◆ What you will do ◆
Of the entries below, restate word for word only the section that runs from the line with "line L8 (-10, 60) -> (10, 60)" to the line with "at (20, -10, 1.25)", counting both ends.

◆ Supplied records ◆
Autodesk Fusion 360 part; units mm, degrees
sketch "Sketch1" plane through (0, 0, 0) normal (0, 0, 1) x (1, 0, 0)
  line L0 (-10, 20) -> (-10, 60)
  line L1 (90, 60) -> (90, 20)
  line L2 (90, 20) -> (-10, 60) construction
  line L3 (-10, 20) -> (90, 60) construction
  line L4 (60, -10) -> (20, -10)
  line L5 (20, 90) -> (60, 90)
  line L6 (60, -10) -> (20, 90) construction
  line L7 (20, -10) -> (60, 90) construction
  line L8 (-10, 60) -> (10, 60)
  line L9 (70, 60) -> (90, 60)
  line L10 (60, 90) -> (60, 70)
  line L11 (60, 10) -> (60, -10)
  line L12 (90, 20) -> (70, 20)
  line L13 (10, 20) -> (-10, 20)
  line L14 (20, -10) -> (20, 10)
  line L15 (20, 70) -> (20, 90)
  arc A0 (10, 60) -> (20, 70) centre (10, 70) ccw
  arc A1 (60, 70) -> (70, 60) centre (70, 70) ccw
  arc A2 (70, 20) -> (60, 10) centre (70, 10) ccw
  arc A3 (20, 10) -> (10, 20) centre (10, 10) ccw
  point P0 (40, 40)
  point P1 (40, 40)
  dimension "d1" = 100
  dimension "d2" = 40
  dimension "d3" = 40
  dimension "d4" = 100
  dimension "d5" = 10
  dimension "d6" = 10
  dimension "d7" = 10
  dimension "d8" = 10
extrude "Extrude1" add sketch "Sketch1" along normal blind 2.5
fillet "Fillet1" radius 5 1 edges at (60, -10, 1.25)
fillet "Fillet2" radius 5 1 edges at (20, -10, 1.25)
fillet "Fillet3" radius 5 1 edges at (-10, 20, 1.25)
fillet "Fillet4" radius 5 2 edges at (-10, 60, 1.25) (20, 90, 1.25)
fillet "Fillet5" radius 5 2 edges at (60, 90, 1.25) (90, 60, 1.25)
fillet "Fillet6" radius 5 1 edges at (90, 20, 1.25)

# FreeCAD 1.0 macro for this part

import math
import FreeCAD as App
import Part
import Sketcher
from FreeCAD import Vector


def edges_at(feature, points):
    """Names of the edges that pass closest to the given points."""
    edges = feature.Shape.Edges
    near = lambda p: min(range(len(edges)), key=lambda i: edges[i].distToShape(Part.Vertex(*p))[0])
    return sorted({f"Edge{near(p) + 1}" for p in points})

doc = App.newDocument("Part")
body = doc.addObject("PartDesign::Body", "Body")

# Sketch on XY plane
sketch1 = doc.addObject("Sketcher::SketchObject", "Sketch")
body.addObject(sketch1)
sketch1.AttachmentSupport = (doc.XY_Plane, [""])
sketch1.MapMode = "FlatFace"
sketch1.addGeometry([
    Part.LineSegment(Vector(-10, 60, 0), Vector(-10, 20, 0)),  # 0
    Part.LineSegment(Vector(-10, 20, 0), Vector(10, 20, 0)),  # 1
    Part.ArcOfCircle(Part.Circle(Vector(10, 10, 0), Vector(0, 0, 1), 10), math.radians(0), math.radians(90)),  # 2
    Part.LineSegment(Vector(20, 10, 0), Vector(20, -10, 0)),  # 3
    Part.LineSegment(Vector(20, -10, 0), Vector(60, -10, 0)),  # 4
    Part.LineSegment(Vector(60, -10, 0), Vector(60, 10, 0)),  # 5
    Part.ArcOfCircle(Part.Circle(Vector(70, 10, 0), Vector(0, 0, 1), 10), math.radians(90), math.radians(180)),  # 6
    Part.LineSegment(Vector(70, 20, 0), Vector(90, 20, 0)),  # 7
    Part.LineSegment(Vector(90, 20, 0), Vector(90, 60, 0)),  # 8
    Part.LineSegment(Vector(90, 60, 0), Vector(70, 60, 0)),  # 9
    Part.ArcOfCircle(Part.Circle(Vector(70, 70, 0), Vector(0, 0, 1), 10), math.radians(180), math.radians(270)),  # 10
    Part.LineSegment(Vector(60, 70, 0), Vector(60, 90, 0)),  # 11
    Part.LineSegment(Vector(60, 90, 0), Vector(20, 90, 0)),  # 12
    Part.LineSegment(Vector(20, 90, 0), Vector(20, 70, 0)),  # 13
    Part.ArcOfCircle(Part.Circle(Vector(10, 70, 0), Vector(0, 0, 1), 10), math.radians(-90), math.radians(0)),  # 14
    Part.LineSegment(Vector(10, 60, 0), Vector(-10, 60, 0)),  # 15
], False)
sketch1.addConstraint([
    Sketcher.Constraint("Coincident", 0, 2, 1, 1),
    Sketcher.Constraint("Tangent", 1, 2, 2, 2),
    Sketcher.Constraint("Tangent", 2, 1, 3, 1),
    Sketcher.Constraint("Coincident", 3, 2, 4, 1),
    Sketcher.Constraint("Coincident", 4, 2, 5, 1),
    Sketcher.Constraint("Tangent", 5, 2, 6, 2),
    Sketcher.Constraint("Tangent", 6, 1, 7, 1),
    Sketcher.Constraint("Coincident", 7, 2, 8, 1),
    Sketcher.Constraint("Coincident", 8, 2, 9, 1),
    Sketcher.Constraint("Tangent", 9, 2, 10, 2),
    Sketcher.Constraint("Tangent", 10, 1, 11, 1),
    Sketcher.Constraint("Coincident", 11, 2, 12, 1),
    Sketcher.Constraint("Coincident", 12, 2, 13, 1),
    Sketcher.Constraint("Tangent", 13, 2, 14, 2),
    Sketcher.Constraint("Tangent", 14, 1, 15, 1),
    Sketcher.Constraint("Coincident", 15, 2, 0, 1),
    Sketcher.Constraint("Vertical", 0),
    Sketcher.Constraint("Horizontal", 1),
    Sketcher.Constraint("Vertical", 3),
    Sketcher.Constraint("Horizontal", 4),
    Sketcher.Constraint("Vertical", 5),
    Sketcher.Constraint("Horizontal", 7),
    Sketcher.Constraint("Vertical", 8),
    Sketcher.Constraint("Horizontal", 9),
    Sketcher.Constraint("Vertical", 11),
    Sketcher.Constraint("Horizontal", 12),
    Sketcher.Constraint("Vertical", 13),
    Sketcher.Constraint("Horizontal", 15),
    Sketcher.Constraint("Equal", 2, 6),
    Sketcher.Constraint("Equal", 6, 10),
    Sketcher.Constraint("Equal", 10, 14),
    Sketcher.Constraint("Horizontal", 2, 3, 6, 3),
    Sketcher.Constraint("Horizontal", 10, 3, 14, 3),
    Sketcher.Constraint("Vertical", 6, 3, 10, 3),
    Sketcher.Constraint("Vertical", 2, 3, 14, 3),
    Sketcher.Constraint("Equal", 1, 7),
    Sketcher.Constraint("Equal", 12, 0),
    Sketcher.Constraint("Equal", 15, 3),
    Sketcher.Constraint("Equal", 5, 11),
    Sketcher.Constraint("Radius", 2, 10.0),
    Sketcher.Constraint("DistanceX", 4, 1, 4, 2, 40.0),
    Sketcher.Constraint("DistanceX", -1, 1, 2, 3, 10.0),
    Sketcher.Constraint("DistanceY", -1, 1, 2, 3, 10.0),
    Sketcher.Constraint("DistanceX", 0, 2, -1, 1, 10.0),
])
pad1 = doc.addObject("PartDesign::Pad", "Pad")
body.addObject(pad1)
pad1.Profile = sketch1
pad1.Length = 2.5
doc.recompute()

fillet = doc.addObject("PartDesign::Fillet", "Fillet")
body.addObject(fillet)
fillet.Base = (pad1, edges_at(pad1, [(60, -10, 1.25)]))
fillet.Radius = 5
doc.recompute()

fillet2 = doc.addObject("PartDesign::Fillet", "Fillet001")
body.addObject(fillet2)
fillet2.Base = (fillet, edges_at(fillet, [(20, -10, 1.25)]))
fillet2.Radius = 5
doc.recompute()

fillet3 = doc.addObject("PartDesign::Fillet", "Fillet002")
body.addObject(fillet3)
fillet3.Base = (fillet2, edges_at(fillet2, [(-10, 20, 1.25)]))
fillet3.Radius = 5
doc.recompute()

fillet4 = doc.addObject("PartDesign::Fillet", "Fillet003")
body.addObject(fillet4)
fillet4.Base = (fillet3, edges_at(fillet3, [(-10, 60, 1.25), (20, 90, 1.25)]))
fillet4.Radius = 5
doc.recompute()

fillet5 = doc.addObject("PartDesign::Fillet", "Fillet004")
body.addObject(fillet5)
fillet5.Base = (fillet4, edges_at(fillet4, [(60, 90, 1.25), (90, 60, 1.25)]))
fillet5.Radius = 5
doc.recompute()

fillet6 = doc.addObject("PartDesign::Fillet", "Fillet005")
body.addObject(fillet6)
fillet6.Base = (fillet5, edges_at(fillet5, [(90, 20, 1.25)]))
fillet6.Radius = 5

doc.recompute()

◆ Solved exercise ◆
  line L8 (-10, 60) -> (10, 60)
  line L9 (70, 60) -> (90, 60)
  line L10 (60, 90) -> (60, 70)
  line L11 (60, 10) -> (60, -10)
  line L12 (90, 20) -> (70, 20)
  line L13 (10, 20) -> (-10, 20)
  line L14 (20, -10) -> (20, 10)
  line L15 (20, 70) -> (20, 90)
  arc A0 (10, 60) -> (20, 70) centre (10, 70) ccw
  arc A1 (60, 70) -> (70, 60) centre (70, 70) ccw
  arc A2 (70, 20) -> (60, 10) centre (70, 10) ccw
  arc A3 (20, 10) -> (10, 20) centre (10, 10) ccw
  point P0 (40, 40)
  point P1 (40, 40)
  dimension "d1" = 100
  dimension "d2" = 40
  dimension "d3" = 40
  dimension "d4" = 100
  dimension "d5" = 10
  dimension "d6" = 10
  dimension "d7" = 10
  dimension "d8" = 10
extrude "Extrude1" add sketch "Sketch1" along normal blind 2.5
fillet "Fillet1" radius 5 1 edges at (60, -10, 1.25)
fillet "Fillet2" radius 5 1 edges at (20, -10, 1.25)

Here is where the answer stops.